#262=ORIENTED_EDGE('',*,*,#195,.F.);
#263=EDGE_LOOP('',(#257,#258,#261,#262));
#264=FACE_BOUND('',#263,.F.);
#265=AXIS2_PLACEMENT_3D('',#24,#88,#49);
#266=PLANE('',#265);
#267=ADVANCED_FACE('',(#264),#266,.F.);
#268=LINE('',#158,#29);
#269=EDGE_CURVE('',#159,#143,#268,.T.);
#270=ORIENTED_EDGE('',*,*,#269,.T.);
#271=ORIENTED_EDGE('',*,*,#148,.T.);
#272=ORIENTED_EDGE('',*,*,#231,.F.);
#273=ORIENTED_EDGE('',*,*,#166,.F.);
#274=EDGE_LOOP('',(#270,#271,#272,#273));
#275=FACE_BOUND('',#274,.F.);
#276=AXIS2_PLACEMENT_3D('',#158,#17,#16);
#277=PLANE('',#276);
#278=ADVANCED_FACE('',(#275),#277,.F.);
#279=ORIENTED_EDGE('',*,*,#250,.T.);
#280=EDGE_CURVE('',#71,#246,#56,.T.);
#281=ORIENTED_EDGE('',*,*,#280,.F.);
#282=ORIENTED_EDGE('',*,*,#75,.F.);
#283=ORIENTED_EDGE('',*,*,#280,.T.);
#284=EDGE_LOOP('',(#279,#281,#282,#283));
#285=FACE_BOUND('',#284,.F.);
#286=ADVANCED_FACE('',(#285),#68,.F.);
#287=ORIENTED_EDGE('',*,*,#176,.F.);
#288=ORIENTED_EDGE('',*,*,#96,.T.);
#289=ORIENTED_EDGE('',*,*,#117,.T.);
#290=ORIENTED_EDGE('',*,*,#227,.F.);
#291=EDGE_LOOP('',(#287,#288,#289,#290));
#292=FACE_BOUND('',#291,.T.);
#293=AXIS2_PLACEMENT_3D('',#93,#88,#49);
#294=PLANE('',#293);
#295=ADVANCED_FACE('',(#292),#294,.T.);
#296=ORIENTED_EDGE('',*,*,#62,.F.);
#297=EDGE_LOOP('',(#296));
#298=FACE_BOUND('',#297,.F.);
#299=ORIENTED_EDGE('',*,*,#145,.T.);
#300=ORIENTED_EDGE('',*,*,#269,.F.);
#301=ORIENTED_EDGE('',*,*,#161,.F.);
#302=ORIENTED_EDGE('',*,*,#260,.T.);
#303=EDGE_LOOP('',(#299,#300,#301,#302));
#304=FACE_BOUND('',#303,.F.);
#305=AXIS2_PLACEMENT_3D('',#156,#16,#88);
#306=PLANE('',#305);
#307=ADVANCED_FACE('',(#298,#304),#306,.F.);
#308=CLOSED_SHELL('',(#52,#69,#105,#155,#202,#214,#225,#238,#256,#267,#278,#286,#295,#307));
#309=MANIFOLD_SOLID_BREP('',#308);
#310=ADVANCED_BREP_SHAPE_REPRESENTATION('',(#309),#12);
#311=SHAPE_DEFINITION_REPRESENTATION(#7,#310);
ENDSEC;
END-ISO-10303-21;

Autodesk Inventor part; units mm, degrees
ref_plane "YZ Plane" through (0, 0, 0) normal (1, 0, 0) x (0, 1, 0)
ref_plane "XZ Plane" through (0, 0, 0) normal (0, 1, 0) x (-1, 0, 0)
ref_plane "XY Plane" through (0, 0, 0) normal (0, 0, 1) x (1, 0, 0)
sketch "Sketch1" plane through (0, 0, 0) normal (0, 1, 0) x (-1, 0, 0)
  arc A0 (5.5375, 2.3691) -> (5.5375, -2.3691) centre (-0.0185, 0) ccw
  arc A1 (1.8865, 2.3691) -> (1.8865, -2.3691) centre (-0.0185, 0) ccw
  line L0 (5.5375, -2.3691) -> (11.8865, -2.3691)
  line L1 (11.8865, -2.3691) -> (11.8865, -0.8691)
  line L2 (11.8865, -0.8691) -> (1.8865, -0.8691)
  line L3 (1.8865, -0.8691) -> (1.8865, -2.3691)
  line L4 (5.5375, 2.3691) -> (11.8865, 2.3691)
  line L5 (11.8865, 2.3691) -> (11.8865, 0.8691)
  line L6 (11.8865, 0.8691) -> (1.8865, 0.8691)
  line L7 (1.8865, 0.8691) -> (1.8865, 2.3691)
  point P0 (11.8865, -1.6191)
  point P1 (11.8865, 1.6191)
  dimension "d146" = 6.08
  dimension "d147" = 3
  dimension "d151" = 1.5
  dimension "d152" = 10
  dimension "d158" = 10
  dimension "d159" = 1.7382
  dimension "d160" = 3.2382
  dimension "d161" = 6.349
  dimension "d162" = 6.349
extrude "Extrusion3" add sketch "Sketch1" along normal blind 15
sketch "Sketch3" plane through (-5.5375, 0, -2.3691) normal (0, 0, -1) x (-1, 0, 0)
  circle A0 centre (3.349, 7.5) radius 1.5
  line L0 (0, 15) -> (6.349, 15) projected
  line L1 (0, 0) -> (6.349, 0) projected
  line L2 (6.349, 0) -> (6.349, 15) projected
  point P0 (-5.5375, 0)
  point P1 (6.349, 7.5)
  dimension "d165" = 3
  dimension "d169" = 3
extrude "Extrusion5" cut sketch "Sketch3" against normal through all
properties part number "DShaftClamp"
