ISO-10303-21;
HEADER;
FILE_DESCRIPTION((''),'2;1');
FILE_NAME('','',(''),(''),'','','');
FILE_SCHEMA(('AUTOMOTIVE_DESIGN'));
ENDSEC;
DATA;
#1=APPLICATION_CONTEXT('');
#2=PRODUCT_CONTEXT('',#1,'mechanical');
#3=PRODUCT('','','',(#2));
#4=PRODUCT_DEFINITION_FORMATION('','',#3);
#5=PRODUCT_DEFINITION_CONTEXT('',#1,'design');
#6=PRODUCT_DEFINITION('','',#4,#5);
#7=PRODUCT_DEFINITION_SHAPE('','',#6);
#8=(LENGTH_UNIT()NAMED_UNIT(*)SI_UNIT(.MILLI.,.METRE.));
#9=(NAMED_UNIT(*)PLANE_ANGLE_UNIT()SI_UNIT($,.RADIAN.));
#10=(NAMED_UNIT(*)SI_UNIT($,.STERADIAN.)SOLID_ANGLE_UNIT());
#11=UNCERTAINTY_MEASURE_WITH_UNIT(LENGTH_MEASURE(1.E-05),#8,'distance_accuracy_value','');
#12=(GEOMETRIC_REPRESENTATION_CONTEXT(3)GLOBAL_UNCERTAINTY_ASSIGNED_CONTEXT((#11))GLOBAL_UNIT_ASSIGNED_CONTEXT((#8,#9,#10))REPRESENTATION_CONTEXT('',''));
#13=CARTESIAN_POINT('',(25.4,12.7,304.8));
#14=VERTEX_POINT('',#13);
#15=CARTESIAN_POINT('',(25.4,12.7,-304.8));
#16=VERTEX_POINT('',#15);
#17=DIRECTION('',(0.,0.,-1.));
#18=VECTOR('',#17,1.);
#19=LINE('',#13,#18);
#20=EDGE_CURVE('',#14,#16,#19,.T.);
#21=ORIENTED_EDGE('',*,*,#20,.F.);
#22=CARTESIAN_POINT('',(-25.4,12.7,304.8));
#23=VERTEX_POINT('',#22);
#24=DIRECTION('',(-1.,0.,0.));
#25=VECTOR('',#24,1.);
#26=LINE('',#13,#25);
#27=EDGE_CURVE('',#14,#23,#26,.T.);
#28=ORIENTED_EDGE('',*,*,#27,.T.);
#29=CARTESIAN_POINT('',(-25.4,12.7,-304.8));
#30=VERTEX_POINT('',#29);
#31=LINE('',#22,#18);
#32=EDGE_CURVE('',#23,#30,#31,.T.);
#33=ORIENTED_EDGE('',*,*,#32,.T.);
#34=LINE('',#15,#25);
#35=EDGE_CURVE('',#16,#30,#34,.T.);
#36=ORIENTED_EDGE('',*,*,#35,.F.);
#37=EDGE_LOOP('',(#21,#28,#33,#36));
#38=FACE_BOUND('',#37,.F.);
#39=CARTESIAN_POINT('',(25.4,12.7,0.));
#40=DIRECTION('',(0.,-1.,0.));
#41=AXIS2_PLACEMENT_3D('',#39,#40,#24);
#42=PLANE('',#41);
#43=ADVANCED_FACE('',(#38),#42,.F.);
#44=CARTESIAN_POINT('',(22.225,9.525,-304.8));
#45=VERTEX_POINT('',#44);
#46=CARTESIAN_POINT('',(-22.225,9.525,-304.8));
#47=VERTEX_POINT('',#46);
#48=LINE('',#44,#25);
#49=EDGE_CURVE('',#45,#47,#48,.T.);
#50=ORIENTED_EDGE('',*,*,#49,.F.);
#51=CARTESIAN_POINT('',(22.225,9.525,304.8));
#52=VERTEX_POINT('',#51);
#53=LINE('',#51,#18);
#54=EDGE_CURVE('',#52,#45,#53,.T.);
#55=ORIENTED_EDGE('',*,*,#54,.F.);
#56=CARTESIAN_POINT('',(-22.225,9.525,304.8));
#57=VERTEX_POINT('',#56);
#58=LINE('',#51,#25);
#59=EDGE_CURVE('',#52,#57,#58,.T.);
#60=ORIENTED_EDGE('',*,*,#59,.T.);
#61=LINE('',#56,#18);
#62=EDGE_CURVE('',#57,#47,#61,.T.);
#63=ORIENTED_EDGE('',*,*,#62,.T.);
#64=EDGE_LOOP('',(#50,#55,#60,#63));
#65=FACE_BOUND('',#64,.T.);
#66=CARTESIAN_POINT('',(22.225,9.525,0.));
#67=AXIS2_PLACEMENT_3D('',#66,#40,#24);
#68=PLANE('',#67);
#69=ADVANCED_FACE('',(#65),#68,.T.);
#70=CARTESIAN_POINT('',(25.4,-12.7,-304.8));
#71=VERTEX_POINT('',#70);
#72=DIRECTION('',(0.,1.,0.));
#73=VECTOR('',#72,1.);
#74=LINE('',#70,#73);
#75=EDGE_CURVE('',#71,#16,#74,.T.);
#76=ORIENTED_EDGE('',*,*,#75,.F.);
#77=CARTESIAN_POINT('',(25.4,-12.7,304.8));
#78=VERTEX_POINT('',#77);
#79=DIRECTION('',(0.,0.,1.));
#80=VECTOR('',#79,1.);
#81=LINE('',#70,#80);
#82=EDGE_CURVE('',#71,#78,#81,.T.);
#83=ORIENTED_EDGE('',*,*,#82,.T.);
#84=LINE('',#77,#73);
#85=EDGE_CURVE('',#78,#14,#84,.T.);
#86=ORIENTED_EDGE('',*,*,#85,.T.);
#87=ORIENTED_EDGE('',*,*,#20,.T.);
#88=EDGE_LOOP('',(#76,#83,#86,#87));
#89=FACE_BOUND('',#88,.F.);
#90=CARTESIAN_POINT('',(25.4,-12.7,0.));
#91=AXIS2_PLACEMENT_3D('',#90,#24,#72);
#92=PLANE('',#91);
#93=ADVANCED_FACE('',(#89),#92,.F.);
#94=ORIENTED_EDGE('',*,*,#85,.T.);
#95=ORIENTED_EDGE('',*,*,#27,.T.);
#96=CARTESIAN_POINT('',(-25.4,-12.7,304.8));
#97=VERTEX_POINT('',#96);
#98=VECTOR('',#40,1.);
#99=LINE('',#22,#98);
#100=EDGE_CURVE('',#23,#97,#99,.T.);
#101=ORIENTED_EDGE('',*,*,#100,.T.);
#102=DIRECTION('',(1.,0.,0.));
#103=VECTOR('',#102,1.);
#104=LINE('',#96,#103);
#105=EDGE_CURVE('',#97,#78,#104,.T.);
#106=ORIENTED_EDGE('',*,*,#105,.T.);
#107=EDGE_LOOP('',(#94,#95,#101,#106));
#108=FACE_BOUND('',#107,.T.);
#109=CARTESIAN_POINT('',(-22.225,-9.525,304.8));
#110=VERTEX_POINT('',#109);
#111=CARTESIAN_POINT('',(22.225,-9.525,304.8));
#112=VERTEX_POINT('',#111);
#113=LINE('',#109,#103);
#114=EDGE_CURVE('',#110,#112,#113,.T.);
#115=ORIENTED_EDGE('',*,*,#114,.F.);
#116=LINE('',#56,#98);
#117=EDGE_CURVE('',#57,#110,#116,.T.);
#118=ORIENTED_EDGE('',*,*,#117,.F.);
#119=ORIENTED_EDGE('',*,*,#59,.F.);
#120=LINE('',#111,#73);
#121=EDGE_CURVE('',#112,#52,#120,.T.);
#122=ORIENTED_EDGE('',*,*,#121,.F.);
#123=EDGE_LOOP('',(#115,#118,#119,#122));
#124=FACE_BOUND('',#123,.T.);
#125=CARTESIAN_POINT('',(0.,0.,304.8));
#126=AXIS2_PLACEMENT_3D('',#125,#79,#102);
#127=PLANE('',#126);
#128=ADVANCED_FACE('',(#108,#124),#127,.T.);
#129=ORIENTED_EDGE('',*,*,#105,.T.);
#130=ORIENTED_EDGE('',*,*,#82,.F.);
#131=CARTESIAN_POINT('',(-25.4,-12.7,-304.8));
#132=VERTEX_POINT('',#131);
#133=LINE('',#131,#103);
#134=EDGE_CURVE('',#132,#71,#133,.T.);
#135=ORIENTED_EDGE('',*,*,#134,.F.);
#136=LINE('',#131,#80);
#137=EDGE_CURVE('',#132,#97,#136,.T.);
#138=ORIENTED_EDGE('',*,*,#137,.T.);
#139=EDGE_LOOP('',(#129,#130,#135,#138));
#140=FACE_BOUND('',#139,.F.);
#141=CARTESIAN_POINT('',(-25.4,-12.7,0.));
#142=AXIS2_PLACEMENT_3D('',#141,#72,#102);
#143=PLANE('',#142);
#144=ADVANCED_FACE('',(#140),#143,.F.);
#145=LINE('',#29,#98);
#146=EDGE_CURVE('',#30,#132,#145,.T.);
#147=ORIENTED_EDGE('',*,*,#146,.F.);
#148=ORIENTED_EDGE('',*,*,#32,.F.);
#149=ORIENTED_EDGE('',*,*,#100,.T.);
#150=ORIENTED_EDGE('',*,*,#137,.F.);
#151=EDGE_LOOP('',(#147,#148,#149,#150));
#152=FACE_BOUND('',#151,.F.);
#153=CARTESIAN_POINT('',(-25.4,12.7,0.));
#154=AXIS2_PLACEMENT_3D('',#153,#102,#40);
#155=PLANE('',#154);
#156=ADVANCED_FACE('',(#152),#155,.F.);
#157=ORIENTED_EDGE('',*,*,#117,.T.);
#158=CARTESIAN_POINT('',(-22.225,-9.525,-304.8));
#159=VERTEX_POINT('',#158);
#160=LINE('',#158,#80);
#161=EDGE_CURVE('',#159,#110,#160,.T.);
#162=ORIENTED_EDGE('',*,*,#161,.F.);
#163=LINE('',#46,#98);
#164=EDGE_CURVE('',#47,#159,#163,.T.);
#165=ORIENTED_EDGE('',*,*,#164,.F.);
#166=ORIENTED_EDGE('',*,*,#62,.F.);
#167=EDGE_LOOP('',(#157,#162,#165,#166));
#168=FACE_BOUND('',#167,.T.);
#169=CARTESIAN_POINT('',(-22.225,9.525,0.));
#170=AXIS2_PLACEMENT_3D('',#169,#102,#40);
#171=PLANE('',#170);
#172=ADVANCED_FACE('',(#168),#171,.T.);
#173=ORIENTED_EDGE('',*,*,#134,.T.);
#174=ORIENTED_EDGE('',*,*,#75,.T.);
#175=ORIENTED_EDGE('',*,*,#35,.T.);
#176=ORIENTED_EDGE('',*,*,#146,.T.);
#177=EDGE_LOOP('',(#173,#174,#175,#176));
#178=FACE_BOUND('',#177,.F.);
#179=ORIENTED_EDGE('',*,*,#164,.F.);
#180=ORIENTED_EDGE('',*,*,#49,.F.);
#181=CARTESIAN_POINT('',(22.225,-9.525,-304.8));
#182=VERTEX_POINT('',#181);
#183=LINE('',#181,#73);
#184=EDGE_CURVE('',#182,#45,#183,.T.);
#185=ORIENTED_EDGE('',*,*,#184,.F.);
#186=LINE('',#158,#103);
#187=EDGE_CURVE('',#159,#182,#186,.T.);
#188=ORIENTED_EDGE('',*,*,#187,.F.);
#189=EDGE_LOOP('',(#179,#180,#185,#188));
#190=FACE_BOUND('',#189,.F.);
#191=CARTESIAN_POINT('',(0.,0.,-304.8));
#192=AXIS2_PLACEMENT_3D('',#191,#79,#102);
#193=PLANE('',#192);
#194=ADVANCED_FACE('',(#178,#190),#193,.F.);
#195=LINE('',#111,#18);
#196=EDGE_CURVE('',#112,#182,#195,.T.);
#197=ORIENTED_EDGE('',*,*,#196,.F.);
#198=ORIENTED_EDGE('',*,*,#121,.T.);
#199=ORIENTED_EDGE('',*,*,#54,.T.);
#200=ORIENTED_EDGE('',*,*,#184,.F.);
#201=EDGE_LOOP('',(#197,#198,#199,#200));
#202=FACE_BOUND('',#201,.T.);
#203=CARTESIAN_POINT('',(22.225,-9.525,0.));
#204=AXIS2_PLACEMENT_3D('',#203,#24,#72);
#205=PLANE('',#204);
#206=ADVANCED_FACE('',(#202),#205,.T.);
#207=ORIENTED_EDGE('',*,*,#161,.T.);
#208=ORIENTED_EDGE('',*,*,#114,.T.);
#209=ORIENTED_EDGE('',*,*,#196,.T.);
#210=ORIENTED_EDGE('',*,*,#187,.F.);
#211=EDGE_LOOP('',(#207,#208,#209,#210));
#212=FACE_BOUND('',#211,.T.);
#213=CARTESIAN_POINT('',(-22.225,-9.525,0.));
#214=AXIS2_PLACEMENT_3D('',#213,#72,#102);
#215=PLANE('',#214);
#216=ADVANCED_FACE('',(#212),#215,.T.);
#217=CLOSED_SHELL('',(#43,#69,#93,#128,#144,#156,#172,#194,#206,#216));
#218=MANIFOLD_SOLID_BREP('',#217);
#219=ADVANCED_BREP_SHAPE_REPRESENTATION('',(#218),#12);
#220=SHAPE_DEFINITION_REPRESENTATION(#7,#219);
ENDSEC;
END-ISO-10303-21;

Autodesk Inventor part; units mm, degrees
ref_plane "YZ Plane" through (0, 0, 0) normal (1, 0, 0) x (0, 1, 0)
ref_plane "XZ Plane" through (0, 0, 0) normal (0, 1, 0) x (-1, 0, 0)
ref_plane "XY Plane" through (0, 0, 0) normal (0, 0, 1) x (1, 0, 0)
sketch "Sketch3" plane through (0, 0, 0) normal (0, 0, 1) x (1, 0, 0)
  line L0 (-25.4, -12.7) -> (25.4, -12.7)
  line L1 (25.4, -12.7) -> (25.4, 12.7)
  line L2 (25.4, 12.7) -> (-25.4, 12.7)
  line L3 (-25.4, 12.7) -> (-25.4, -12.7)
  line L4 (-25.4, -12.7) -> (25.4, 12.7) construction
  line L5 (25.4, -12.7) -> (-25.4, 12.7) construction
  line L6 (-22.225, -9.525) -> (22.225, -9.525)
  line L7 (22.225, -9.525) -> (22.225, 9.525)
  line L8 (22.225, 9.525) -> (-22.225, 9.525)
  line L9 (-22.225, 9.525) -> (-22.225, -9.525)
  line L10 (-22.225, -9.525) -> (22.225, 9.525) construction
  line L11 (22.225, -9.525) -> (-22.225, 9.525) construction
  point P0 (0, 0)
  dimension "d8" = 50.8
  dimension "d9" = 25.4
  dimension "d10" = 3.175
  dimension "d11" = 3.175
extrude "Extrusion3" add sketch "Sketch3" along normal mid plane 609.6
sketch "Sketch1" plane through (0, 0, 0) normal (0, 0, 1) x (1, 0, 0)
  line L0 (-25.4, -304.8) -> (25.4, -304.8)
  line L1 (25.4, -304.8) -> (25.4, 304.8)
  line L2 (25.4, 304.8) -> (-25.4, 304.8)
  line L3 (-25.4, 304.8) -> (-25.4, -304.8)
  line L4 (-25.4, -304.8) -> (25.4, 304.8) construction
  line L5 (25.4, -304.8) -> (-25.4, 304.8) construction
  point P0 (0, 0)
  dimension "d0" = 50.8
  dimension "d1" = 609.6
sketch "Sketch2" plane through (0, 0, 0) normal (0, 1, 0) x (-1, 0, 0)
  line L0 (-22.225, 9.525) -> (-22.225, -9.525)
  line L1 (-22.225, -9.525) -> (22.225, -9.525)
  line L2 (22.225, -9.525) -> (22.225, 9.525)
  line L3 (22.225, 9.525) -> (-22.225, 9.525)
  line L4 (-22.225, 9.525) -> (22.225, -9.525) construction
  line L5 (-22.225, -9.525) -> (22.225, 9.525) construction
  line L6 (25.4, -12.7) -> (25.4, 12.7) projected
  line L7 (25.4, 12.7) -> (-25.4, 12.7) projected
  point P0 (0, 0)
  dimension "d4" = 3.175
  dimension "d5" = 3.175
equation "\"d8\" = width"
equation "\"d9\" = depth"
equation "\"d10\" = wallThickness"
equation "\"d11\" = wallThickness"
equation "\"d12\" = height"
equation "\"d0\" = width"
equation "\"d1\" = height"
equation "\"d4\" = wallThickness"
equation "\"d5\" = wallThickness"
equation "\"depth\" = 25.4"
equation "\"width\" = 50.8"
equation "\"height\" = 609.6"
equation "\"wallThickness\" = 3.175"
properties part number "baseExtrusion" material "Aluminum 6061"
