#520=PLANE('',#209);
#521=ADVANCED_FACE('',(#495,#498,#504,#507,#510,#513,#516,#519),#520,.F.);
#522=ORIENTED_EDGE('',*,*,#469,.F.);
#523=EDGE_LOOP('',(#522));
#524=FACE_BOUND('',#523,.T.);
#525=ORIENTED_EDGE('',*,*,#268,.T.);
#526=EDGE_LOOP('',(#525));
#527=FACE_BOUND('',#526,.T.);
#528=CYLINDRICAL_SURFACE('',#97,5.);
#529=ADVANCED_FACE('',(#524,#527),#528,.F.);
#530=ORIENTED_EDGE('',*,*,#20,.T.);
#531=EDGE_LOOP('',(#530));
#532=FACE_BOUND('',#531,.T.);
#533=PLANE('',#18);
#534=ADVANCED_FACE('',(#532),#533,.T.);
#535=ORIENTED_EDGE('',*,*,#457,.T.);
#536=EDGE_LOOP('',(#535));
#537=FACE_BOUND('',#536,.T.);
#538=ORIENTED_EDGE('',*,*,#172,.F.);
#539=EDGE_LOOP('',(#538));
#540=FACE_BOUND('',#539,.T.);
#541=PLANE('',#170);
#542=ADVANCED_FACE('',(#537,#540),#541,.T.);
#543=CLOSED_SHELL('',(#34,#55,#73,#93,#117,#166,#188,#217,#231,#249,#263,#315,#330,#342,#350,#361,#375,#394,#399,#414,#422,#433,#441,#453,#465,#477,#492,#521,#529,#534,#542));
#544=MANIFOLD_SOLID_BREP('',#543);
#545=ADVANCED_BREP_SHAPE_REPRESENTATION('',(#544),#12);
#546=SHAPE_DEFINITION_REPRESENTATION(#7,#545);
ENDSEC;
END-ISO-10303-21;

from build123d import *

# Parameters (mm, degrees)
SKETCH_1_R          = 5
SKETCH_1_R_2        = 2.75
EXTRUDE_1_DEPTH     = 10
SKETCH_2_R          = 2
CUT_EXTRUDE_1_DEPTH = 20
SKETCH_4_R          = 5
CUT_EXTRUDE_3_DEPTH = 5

########

How to complete this task: What is needed is a verbatim copy of every line in the records above from the one containing "#78=VERTEX_POINT('',#77);" down to the one containing "#134=EDGE_CURVE('',#132,#71,#133,.T.);", both included, and nothing more.

Answer section:
#78=VERTEX_POINT('',#77);
#79=DIRECTION('',(0.,0.,1.));
#80=VECTOR('',#79,1.);
#81=LINE('',#70,#80);
#82=EDGE_CURVE('',#71,#78,#81,.T.);
#83=ORIENTED_EDGE('',*,*,#82,.T.);
#84=LINE('',#77,#73);
#85=EDGE_CURVE('',#78,#14,#84,.T.);
#86=ORIENTED_EDGE('',*,*,#85,.T.);
#87=ORIENTED_EDGE('',*,*,#20,.T.);
#88=EDGE_LOOP('',(#76,#83,#86,#87));
#89=FACE_BOUND('',#88,.F.);
#90=CARTESIAN_POINT('',(25.4,-12.7,0.));
#91=AXIS2_PLACEMENT_3D('',#90,#24,#72);
#92=PLANE('',#91);
#93=ADVANCED_FACE('',(#89),#92,.F.);
#94=ORIENTED_EDGE('',*,*,#85,.T.);
#95=ORIENTED_EDGE('',*,*,#27,.T.);
#96=CARTESIAN_POINT('',(-25.4,-12.7,304.8));
#97=VERTEX_POINT('',#96);
#98=VECTOR('',#40,1.);
#99=LINE('',#22,#98);
#100=EDGE_CURVE('',#23,#97,#99,.T.);
#101=ORIENTED_EDGE('',*,*,#100,.T.);
#102=DIRECTION('',(1.,0.,0.));
#103=VECTOR('',#102,1.);
#104=LINE('',#96,#103);
#105=EDGE_CURVE('',#97,#78,#104,.T.);
#106=ORIENTED_EDGE('',*,*,#105,.T.);
#107=EDGE_LOOP('',(#94,#95,#101,#106));
#108=FACE_BOUND('',#107,.T.);
#109=CARTESIAN_POINT('',(-22.225,-9.525,304.8));
#110=VERTEX_POINT('',#109);
#111=CARTESIAN_POINT('',(22.225,-9.525,304.8));
#112=VERTEX_POINT('',#111);
#113=LINE('',#109,#103);
#114=EDGE_CURVE('',#110,#112,#113,.T.);
#115=ORIENTED_EDGE('',*,*,#114,.F.);
#116=LINE('',#56,#98);
#117=EDGE_CURVE('',#57,#110,#116,.T.);
#118=ORIENTED_EDGE('',*,*,#117,.F.);
#119=ORIENTED_EDGE('',*,*,#59,.F.);
#120=LINE('',#111,#73);
#121=EDGE_CURVE('',#112,#52,#120,.T.);
#122=ORIENTED_EDGE('',*,*,#121,.F.);
#123=EDGE_LOOP('',(#115,#118,#119,#122));
#124=FACE_BOUND('',#123,.T.);
#125=CARTESIAN_POINT('',(0.,0.,304.8));
#126=AXIS2_PLACEMENT_3D('',#125,#79,#102);
#127=PLANE('',#126);
#128=ADVANCED_FACE('',(#108,#124),#127,.T.);
#129=ORIENTED_EDGE('',*,*,#105,.T.);
#130=ORIENTED_EDGE('',*,*,#82,.F.);
#131=CARTESIAN_POINT('',(-25.4,-12.7,-304.8));
#132=VERTEX_POINT('',#131);
#133=LINE('',#131,#103);
#134=EDGE_CURVE('',#132,#71,#133,.T.);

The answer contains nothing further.